WHAT IS EXPECTED
Provide only the number of lines in the records below that include "Polygon".

SUPPLIED ENTRIES
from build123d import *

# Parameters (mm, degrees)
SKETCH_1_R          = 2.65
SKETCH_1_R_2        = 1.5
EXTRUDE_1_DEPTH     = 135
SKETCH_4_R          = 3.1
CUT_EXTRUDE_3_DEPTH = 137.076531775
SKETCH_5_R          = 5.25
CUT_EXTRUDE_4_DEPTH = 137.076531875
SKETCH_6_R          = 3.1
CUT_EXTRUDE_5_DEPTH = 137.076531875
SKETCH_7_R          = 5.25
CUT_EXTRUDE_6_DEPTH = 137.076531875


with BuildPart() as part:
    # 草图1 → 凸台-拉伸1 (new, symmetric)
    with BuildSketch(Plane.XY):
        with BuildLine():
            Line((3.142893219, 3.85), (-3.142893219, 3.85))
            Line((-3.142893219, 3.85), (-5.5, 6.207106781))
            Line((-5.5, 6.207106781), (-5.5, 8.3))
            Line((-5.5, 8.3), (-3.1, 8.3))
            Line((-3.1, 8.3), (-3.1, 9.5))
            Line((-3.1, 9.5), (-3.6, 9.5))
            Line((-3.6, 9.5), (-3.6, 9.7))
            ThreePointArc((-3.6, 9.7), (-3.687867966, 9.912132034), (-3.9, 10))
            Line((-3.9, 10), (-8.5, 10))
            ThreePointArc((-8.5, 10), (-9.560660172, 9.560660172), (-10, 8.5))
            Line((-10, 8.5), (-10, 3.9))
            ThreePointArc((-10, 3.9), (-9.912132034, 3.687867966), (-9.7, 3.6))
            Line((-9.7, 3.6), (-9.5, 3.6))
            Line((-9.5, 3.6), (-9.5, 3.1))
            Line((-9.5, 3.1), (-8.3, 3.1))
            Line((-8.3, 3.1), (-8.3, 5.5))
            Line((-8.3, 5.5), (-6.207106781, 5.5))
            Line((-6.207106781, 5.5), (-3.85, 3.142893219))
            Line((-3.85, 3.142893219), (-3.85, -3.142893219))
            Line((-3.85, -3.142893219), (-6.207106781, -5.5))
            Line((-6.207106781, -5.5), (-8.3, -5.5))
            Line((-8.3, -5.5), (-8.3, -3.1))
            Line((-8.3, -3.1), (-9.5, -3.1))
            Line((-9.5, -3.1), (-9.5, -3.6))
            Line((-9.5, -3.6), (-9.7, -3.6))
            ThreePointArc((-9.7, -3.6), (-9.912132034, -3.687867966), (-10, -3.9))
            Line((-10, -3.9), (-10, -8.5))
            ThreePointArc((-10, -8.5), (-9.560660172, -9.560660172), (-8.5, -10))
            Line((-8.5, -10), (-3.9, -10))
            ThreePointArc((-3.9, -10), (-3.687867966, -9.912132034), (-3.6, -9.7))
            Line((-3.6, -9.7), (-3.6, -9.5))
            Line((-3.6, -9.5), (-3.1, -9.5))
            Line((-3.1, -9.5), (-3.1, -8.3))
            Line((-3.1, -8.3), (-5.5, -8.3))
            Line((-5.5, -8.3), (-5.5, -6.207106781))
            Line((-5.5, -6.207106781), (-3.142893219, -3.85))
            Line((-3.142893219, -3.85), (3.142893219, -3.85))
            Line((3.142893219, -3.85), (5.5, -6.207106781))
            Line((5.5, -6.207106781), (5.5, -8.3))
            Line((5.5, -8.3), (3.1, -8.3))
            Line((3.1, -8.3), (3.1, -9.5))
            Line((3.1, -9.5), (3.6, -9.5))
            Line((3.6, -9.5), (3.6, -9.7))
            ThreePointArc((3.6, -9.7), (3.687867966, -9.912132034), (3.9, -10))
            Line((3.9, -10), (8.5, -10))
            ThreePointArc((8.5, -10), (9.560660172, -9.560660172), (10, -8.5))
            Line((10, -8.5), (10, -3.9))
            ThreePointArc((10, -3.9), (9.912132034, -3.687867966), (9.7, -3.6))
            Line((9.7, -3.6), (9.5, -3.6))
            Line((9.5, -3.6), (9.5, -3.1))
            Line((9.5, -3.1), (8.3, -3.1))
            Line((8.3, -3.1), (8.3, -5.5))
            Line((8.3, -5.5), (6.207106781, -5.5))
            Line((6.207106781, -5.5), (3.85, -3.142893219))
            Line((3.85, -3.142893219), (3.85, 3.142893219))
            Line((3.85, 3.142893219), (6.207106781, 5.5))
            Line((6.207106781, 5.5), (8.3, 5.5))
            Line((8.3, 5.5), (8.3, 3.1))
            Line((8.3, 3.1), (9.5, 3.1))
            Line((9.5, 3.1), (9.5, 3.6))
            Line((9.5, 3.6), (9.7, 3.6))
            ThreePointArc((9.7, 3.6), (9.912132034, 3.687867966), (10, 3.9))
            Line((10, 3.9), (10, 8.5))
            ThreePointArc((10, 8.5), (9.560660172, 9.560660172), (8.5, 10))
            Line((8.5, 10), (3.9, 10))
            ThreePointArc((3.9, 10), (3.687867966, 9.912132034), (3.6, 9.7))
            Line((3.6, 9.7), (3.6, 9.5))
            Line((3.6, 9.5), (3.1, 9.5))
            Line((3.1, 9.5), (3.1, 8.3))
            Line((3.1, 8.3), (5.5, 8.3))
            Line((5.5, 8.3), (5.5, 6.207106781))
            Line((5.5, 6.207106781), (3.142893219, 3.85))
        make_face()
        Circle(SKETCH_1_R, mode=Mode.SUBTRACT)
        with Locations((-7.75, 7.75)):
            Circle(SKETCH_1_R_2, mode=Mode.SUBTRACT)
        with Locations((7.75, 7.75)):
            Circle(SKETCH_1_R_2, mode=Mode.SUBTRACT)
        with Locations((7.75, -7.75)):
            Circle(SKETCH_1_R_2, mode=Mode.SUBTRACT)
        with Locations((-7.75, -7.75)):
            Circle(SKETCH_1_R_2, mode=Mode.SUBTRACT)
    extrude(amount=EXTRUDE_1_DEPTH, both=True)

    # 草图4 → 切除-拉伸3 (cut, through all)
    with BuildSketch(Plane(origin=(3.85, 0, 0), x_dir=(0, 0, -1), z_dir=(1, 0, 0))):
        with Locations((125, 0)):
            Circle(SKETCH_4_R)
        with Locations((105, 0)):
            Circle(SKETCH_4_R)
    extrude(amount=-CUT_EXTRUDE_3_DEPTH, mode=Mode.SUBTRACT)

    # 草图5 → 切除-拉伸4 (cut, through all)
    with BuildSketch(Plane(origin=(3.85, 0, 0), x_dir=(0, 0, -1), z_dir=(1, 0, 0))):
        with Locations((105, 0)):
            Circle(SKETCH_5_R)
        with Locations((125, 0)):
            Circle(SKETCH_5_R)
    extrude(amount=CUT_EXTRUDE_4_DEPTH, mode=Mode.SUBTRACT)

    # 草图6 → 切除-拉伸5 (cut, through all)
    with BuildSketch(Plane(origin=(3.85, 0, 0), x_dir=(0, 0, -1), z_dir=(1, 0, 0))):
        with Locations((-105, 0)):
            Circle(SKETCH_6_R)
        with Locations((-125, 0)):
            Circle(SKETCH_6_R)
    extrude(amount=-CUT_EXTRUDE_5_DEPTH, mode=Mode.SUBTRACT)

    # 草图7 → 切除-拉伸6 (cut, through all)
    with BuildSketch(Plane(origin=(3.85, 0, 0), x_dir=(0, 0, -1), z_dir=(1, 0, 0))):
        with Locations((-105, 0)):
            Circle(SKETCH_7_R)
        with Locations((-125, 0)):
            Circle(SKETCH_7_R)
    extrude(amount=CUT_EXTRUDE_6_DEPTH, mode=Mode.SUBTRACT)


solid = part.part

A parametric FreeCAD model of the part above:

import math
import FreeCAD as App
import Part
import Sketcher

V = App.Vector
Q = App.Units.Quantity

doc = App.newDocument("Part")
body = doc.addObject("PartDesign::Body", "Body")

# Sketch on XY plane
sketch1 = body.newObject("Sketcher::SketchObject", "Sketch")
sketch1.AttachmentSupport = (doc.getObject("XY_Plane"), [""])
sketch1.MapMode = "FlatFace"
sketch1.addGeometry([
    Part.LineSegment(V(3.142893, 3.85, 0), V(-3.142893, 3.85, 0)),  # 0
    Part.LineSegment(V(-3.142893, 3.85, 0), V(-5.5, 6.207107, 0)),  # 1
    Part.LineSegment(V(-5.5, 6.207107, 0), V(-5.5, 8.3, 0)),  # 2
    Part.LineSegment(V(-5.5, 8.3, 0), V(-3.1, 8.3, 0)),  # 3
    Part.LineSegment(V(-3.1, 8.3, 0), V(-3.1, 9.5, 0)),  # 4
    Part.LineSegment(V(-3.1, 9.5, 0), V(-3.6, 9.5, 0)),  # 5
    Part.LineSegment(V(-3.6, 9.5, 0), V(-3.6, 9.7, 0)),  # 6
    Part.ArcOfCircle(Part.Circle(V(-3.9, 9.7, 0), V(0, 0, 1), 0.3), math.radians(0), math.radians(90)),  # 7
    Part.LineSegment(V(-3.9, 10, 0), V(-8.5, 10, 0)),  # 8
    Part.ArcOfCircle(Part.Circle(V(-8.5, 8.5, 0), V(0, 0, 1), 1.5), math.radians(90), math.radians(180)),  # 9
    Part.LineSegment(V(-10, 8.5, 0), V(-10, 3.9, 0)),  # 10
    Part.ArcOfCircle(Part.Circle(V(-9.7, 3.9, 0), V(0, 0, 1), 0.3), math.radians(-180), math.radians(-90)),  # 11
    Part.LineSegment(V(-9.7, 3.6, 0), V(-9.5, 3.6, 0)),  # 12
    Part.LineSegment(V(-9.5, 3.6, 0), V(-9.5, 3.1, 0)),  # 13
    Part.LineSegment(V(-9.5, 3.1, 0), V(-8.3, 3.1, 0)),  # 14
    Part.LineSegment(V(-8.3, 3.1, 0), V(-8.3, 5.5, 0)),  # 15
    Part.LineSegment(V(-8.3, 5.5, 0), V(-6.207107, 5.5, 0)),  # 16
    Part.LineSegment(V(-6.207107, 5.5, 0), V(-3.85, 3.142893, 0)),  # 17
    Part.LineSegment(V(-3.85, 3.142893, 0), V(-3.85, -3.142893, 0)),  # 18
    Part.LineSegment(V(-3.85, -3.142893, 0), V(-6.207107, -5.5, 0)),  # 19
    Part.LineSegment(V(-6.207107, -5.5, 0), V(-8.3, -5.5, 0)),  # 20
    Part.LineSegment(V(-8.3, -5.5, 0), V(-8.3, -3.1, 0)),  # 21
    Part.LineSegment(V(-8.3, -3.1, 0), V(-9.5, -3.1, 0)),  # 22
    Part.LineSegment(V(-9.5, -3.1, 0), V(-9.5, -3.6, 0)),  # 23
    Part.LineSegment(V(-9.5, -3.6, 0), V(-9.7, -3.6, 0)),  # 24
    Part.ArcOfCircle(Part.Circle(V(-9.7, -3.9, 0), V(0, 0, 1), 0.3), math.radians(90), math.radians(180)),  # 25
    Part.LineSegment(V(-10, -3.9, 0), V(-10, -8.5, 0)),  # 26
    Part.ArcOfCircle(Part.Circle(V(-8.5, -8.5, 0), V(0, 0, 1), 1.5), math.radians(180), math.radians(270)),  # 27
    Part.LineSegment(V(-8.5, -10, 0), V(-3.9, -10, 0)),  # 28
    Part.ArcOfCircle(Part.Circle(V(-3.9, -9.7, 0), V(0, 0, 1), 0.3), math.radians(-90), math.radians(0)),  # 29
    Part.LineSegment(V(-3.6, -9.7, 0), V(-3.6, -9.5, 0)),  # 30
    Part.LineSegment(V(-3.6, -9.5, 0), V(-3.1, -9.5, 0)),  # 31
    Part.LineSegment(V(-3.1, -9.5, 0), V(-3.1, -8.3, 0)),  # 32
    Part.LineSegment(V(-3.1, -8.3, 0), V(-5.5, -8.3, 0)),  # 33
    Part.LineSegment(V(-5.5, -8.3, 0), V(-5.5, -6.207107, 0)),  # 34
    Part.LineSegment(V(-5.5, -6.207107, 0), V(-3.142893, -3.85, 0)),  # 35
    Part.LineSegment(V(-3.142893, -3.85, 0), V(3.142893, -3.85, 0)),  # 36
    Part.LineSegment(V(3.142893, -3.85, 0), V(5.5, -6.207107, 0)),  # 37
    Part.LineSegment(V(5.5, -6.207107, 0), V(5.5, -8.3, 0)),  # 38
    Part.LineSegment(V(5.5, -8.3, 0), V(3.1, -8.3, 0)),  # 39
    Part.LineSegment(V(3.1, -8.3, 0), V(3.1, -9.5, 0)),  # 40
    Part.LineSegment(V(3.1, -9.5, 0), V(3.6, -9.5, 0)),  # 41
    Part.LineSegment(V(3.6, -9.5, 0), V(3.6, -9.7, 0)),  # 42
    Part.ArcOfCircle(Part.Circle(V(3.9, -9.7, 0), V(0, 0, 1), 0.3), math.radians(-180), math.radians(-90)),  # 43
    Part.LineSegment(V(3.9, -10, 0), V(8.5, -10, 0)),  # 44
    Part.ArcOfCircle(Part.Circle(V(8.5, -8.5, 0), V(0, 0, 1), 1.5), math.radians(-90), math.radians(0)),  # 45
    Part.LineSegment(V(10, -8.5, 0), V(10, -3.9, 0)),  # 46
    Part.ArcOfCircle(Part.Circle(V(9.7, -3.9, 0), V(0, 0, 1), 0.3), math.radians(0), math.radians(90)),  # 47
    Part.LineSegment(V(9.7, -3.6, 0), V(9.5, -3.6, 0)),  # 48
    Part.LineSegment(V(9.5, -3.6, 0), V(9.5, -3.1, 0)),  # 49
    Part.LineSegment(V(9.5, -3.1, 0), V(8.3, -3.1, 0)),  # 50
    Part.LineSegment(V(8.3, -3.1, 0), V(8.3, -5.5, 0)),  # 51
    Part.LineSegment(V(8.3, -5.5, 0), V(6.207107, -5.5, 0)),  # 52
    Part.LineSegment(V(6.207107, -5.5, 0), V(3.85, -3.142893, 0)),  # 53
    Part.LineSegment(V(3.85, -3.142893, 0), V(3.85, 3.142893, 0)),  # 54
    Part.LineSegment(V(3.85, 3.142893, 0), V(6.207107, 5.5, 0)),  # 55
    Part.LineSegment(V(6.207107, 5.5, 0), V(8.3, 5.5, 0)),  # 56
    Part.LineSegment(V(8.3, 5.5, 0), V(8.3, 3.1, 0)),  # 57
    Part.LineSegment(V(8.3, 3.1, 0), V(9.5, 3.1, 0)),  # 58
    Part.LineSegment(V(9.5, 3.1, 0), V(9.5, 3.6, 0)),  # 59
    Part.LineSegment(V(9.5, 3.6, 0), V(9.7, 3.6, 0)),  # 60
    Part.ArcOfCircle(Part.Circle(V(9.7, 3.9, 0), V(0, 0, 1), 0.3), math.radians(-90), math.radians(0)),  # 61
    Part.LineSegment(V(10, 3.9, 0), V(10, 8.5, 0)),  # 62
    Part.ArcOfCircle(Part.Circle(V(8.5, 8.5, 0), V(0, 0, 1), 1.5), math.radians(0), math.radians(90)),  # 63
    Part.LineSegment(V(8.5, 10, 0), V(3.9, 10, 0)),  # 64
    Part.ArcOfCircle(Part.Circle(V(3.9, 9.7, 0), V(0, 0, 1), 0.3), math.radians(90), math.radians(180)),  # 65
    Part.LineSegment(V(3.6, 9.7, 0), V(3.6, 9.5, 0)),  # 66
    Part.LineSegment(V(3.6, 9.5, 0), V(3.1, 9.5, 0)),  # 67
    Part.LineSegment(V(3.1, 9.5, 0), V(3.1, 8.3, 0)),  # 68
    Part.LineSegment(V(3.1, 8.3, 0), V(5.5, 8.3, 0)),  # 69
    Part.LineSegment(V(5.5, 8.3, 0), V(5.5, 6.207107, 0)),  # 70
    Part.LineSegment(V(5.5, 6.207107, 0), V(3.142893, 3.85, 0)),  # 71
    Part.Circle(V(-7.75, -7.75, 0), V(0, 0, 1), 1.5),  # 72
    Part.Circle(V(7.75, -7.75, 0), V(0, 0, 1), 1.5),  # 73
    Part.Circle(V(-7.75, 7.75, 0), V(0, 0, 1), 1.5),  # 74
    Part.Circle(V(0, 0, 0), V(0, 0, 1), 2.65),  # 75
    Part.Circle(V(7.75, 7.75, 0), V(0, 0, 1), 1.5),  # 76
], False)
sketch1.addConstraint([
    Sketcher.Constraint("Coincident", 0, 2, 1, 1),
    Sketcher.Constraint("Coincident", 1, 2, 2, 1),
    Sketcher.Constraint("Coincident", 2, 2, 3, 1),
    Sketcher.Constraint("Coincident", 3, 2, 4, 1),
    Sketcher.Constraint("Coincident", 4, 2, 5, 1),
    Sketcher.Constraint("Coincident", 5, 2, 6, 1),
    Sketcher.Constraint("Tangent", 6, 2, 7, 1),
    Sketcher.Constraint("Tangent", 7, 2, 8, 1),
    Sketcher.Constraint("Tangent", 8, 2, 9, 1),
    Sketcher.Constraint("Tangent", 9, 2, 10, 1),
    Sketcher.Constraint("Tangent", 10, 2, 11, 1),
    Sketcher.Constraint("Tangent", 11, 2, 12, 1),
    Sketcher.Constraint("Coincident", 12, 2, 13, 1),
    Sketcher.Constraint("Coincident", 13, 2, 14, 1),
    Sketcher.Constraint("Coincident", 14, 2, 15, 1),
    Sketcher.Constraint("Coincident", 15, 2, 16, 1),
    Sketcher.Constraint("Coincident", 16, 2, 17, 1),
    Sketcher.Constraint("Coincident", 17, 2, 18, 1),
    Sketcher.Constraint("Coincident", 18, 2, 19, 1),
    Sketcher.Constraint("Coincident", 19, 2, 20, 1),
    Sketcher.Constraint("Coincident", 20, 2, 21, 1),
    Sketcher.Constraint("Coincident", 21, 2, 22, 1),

---

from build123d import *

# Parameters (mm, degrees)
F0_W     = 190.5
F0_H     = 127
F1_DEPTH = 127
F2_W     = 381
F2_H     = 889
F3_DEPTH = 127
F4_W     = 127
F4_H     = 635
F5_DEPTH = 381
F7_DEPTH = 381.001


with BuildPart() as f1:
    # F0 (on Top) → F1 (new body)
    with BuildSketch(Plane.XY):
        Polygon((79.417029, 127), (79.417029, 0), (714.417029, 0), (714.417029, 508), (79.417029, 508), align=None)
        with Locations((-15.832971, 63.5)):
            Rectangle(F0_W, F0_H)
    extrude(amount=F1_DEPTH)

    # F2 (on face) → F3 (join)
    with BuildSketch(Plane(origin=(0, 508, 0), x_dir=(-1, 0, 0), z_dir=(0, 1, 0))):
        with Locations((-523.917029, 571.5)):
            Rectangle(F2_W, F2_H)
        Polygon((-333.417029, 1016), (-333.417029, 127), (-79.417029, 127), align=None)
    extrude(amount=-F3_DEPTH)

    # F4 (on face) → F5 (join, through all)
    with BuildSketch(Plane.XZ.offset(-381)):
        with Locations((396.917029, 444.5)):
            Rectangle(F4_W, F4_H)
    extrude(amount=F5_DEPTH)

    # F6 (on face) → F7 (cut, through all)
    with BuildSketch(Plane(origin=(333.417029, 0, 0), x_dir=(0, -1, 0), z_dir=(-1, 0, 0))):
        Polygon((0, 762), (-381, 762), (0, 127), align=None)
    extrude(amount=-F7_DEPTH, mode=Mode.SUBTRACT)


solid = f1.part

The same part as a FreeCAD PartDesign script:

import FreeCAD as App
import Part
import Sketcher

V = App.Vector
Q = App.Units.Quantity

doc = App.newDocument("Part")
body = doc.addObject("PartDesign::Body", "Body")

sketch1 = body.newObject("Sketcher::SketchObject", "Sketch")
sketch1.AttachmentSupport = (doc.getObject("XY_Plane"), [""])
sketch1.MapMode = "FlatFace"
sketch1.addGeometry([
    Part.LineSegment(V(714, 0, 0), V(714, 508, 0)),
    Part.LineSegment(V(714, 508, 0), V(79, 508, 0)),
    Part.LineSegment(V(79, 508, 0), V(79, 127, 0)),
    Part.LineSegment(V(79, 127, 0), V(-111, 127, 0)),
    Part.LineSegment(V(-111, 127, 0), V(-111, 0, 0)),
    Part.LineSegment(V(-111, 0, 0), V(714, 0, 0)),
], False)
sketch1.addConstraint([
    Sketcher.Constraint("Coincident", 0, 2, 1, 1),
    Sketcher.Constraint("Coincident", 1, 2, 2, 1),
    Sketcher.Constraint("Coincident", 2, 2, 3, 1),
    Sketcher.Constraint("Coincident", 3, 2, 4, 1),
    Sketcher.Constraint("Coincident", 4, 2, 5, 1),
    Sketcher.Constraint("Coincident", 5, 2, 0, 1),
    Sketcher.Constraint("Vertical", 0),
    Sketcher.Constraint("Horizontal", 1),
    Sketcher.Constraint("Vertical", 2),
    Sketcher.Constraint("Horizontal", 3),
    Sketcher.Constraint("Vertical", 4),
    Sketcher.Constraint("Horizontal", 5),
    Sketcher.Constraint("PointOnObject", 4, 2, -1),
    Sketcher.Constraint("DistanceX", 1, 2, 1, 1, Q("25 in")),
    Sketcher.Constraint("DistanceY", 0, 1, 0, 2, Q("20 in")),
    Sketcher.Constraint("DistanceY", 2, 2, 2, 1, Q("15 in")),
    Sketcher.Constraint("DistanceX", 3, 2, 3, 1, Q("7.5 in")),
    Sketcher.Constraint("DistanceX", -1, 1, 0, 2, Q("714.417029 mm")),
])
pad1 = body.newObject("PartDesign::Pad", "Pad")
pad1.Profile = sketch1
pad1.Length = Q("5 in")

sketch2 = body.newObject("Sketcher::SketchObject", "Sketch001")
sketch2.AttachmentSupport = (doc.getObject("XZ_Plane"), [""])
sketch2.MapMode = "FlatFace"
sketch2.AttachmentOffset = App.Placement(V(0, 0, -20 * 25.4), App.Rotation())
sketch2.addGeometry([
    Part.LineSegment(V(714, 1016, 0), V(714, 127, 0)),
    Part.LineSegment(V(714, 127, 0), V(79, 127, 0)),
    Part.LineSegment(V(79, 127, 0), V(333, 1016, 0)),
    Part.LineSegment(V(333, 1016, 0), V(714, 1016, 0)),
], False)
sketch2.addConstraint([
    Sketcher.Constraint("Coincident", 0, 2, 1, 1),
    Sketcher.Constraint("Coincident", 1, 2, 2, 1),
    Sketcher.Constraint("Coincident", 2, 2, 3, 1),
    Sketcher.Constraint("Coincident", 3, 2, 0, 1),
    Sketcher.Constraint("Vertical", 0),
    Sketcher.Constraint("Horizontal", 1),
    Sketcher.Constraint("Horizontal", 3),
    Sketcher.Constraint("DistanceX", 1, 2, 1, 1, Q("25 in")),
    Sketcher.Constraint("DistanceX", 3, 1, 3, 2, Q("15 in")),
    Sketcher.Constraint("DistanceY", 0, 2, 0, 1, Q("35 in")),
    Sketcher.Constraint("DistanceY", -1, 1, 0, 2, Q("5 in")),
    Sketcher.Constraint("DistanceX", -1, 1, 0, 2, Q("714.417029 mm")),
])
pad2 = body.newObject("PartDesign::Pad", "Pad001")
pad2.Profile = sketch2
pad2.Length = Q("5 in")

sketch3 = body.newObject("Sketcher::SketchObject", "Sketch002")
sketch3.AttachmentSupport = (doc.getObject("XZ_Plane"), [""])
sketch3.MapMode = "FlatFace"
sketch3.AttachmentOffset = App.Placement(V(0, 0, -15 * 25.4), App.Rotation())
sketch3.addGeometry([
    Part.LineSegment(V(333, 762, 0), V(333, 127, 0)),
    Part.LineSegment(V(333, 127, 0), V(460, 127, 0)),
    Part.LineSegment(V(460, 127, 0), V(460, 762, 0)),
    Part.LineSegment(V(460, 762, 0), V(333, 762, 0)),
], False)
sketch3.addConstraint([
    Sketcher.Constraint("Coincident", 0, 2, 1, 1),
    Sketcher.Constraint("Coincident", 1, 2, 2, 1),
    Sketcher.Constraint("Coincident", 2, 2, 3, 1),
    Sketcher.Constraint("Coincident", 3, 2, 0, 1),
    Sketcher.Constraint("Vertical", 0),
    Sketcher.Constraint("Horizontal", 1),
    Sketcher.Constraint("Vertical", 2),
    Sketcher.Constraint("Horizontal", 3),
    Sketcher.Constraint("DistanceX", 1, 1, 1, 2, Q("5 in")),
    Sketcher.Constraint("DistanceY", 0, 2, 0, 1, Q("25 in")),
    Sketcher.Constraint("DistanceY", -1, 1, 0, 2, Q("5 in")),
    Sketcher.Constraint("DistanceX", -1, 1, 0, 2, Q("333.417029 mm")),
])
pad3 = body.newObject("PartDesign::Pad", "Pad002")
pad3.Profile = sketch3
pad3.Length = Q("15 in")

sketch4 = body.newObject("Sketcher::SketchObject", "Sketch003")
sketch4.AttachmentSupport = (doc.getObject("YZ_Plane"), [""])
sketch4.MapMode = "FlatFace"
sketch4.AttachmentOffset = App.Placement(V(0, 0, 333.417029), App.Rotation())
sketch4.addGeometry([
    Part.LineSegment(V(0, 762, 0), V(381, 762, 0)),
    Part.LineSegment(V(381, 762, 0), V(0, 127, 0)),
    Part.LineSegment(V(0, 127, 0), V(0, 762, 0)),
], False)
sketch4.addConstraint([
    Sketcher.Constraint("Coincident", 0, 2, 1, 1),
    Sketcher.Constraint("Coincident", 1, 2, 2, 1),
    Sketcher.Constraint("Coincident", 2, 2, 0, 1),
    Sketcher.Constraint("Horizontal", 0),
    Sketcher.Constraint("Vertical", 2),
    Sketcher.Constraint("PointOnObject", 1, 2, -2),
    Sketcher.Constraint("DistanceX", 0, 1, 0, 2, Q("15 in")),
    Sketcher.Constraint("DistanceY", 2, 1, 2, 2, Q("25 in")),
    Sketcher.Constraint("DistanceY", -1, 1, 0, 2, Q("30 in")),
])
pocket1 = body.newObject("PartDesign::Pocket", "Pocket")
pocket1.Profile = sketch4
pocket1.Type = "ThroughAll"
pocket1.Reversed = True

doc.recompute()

YOUR SOLUTION
3